▸ Description of the task
The entire set of lines below should be copied exactly.

(Saved entries)
>>>>>

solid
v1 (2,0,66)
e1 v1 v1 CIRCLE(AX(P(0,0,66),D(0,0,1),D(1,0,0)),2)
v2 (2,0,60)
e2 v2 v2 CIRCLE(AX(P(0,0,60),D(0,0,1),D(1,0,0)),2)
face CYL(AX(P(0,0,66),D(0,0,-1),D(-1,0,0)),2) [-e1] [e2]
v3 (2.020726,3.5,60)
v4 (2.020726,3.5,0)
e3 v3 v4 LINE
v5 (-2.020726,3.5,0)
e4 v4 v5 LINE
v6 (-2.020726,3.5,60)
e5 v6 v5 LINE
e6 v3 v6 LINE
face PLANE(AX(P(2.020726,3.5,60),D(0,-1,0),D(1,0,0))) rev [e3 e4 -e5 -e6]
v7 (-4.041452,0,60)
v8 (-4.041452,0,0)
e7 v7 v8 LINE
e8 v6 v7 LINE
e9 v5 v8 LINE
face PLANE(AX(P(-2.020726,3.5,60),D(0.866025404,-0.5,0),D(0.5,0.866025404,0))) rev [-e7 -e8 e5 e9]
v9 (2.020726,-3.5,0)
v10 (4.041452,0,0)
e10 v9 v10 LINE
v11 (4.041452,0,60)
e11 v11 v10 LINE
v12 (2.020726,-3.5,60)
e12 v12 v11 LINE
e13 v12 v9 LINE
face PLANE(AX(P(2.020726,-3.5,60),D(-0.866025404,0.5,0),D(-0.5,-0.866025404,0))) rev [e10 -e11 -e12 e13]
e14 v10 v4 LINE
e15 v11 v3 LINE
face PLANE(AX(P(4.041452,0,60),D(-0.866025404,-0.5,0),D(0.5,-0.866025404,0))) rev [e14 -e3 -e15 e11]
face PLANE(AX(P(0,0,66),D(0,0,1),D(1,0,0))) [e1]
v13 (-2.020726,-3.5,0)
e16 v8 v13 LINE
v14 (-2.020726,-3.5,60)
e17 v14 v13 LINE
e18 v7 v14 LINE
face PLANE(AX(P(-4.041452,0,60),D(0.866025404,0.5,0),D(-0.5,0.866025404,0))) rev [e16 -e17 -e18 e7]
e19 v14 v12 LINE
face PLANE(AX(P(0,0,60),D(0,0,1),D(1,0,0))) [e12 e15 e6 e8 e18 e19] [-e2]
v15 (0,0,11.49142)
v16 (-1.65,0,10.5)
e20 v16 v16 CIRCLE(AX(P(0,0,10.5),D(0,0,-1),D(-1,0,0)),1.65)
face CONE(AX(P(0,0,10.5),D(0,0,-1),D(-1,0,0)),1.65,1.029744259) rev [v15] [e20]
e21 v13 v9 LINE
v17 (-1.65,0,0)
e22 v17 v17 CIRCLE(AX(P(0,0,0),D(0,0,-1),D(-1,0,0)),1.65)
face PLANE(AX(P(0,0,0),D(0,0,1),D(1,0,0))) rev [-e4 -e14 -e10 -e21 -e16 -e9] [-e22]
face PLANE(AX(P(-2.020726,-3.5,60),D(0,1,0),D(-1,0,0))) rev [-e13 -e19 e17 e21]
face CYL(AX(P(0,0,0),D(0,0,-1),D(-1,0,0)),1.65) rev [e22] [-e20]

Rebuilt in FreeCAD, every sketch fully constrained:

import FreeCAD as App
import Part
import Sketcher

V = App.Vector
Q = App.Units.Quantity


def add_polygon(sketch, points):
    """Adds a closed chain of lines whose ends are joined by coincident constraints."""
    first, n = sketch.GeometryCount, len(points)
    for a, b in zip(points, points[1:] + points[:1]):
        sketch.addGeometry(Part.LineSegment(App.Vector(*a, 0), App.Vector(*b, 0)), False)
    for i in range(n):
        sketch.addConstraint(Sketcher.Constraint("Coincident", first + i, 2, first + (i + 1) % n, 1))

doc = App.newDocument("Part")
body = doc.addObject("PartDesign::Body", "Body")

sketch1 = doc.addObject("Sketcher::SketchObject", "Sketch")
body.addObject(sketch1)
sketch1.AttachmentSupport = (doc.XY_Plane, [""])
sketch1.MapMode = "FlatFace"
add_polygon(sketch1, [(4.041452, 0), (2.020726, 3.5), (-2.020726, 3.5), (-4.041452, 0), (-2.020726, -3.5), (2.020726, -3.5)])
sketch1.addConstraint([
    Sketcher.Constraint("Horizontal", 1),
    Sketcher.Constraint("Horizontal", 4),
    Sketcher.Constraint("Symmetric", 0, 2, 3, 2, -1, 1),
    Sketcher.Constraint("Symmetric", 2, 2, 5, 2, -1, 1),
    Sketcher.Constraint("PointOnObject", 2, 2, -1),
    Sketcher.Constraint("Parallel", 2, 5),
    Sketcher.Constraint("Vertical", 1, 2, 3, 2),
    Sketcher.Constraint("Angle", 0, Q("120 deg")),
    Sketcher.Constraint("DistanceY", 3, 2, 1, 2, 7.0),
    Sketcher.Constraint("DistanceX", 1, 2, 1, 1, 4.041452),
])
pad1 = doc.addObject("PartDesign::Pad", "Pad")
body.addObject(pad1)
pad1.Profile = sketch1
pad1.Length = 60

sketch2 = doc.addObject("Sketcher::SketchObject", "Sketch001")
body.addObject(sketch2)
sketch2.AttachmentSupport = (doc.XY_Plane, [""])
sketch2.MapMode = "FlatFace"
sketch2.AttachmentOffset = App.Placement(V(0, 0, 60), App.Rotation())
sketch2.addGeometry(Part.Circle(V(0, 0, 0), V(0, 0, 1), 2), False)
sketch2.addConstraint([
    Sketcher.Constraint("Coincident", 0, 3, -1, 1),
    Sketcher.Constraint("Diameter", 0, 4.0),
])
pad2 = doc.addObject("PartDesign::Pad", "Pad001")
body.addObject(pad2)
pad2.Profile = sketch2
pad2.Length = 6

sketch3 = doc.addObject("Sketcher::SketchObject", "Sketch002")
body.addObject(sketch3)
sketch3.AttachmentSupport = (doc.XY_Plane, [""])
sketch3.MapMode = "FlatFace"
sketch3.addGeometry(Part.Circle(V(0, 0, 0), V(0, 0, 1), 1.65), False)
sketch3.addConstraint([
    Sketcher.Constraint("Coincident", 0, 3, -1, 1),
    Sketcher.Constraint("Diameter", 0, 3.3),
])
doc.recompute()
hole = doc.addObject("PartDesign::Hole", "Hole")
body.addObject(hole)
hole.Profile = sketch3
hole.ThreadType = "None"
hole.Diameter = 3.3
hole.DepthType = "Dimension"
hole.Depth = 10.5
hole.DrillPoint = "Angled"
hole.DrillPointAngle = 118
hole.Reversed = True

doc.recompute()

<<<<<

▸ Written response
solid
v1 (2,0,66)
e1 v1 v1 CIRCLE(AX(P(0,0,66),D(0,0,1),D(1,0,0)),2)
v2 (2,0,60)
e2 v2 v2 CIRCLE(AX(P(0,0,60),D(0,0,1),D(1,0,0)),2)
face CYL(AX(P(0,0,66),D(0,0,-1),D(-1,0,0)),2) [-e1] [e2]
v3 (2.020726,3.5,60)
v4 (2.020726,3.5,0)
e3 v3 v4 LINE
v5 (-2.020726,3.5,0)
e4 v4 v5 LINE
v6 (-2.020726,3.5,60)
e5 v6 v5 LINE
e6 v3 v6 LINE
face PLANE(AX(P(2.020726,3.5,60),D(0,-1,0),D(1,0,0))) rev [e3 e4 -e5 -e6]
v7 (-4.041452,0,60)
v8 (-4.041452,0,0)
e7 v7 v8 LINE
e8 v6 v7 LINE
e9 v5 v8 LINE
face PLANE(AX(P(-2.020726,3.5,60),D(0.866025404,-0.5,0),D(0.5,0.866025404,0))) rev [-e7 -e8 e5 e9]
v9 (2.020726,-3.5,0)
v10 (4.041452,0,0)
e10 v9 v10 LINE
v11 (4.041452,0,60)
e11 v11 v10 LINE
v12 (2.020726,-3.5,60)
e12 v12 v11 LINE
e13 v12 v9 LINE
face PLANE(AX(P(2.020726,-3.5,60),D(-0.866025404,0.5,0),D(-0.5,-0.866025404,0))) rev [e10 -e11 -e12 e13]
e14 v10 v4 LINE
e15 v11 v3 LINE
face PLANE(AX(P(4.041452,0,60),D(-0.866025404,-0.5,0),D(0.5,-0.866025404,0))) rev [e14 -e3 -e15 e11]
face PLANE(AX(P(0,0,66),D(0,0,1),D(1,0,0))) [e1]
v13 (-2.020726,-3.5,0)
e16 v8 v13 LINE
v14 (-2.020726,-3.5,60)
e17 v14 v13 LINE
e18 v7 v14 LINE
face PLANE(AX(P(-4.041452,0,60),D(0.866025404,0.5,0),D(-0.5,0.866025404,0))) rev [e16 -e17 -e18 e7]
e19 v14 v12 LINE
face PLANE(AX(P(0,0,60),D(0,0,1),D(1,0,0))) [e12 e15 e6 e8 e18 e19] [-e2]
v15 (0,0,11.49142)
v16 (-1.65,0,10.5)
e20 v16 v16 CIRCLE(AX(P(0,0,10.5),D(0,0,-1),D(-1,0,0)),1.65)
face CONE(AX(P(0,0,10.5),D(0,0,-1),D(-1,0,0)),1.65,1.029744259) rev [v15] [e20]
e21 v13 v9 LINE
v17 (-1.65,0,0)
e22 v17 v17 CIRCLE(AX(P(0,0,0),D(0,0,-1),D(-1,0,0)),1.65)
face PLANE(AX(P(0,0,0),D(0,0,1),D(1,0,0))) rev [-e4 -e14 -e10 -e21 -e16 -e9] [-e22]
face PLANE(AX(P(-2.020726,-3.5,60),D(0,1,0),D(-1,0,0))) rev [-e13 -e19 e17 e21]
face CYL(AX(P(0,0,0),D(0,0,-1),D(-1,0,0)),1.65) rev [e22] [-e20]

Rebuilt in FreeCAD, every sketch fully constrained:

import FreeCAD as App
import Part
import Sketcher

V = App.Vector
Q = App.Units.Quantity


def add_polygon(sketch, points):
    """Adds a closed chain of lines whose ends are joined by coincident constraints."""
    first, n = sketch.GeometryCount, len(points)
    for a, b in zip(points, points[1:] + points[:1]):
        sketch.addGeometry(Part.LineSegment(App.Vector(*a, 0), App.Vector(*b, 0)), False)
    for i in range(n):
        sketch.addConstraint(Sketcher.Constraint("Coincident", first + i, 2, first + (i + 1) % n, 1))

doc = App.newDocument("Part")
body = doc.addObject("PartDesign::Body", "Body")

sketch1 = doc.addObject("Sketcher::SketchObject", "Sketch")
body.addObject(sketch1)
sketch1.AttachmentSupport = (doc.XY_Plane, [""])
sketch1.MapMode = "FlatFace"
add_polygon(sketch1, [(4.041452, 0), (2.020726, 3.5), (-2.020726, 3.5), (-4.041452, 0), (-2.020726, -3.5), (2.020726, -3.5)])
sketch1.addConstraint([
    Sketcher.Constraint("Horizontal", 1),
    Sketcher.Constraint("Horizontal", 4),
    Sketcher.Constraint("Symmetric", 0, 2, 3, 2, -1, 1),
    Sketcher.Constraint("Symmetric", 2, 2, 5, 2, -1, 1),
    Sketcher.Constraint("PointOnObject", 2, 2, -1),
    Sketcher.Constraint("Parallel", 2, 5),
    Sketcher.Constraint("Vertical", 1, 2, 3, 2),
    Sketcher.Constraint("Angle", 0, Q("120 deg")),
    Sketcher.Constraint("DistanceY", 3, 2, 1, 2, 7.0),
    Sketcher.Constraint("DistanceX", 1, 2, 1, 1, 4.041452),
])
pad1 = doc.addObject("PartDesign::Pad", "Pad")
body.addObject(pad1)
pad1.Profile = sketch1
pad1.Length = 60

sketch2 = doc.addObject("Sketcher::SketchObject", "Sketch001")
body.addObject(sketch2)
sketch2.AttachmentSupport = (doc.XY_Plane, [""])
sketch2.MapMode = "FlatFace"
sketch2.AttachmentOffset = App.Placement(V(0, 0, 60), App.Rotation())
sketch2.addGeometry(Part.Circle(V(0, 0, 0), V(0, 0, 1), 2), False)
sketch2.addConstraint([
    Sketcher.Constraint("Coincident", 0, 3, -1, 1),
    Sketcher.Constraint("Diameter", 0, 4.0),
])
pad2 = doc.addObject("PartDesign::Pad", "Pad001")
body.addObject(pad2)
pad2.Profile = sketch2
pad2.Length = 6

sketch3 = doc.addObject("Sketcher::SketchObject", "Sketch002")
body.addObject(sketch3)
sketch3.AttachmentSupport = (doc.XY_Plane, [""])
sketch3.MapMode = "FlatFace"
sketch3.addGeometry(Part.Circle(V(0, 0, 0), V(0, 0, 1), 1.65), False)
sketch3.addConstraint([
    Sketcher.Constraint("Coincident", 0, 3, -1, 1),
    Sketcher.Constraint("Diameter", 0, 3.3),
])
doc.recompute()
hole = doc.addObject("PartDesign::Hole", "Hole")
body.addObject(hole)
hole.Profile = sketch3
hole.ThreadType = "None"
hole.Diameter = 3.3
hole.DepthType = "Dimension"
hole.Depth = 10.5
hole.DrillPoint = "Angled"
hole.DrillPointAngle = 118
hole.Reversed = True

doc.recompute()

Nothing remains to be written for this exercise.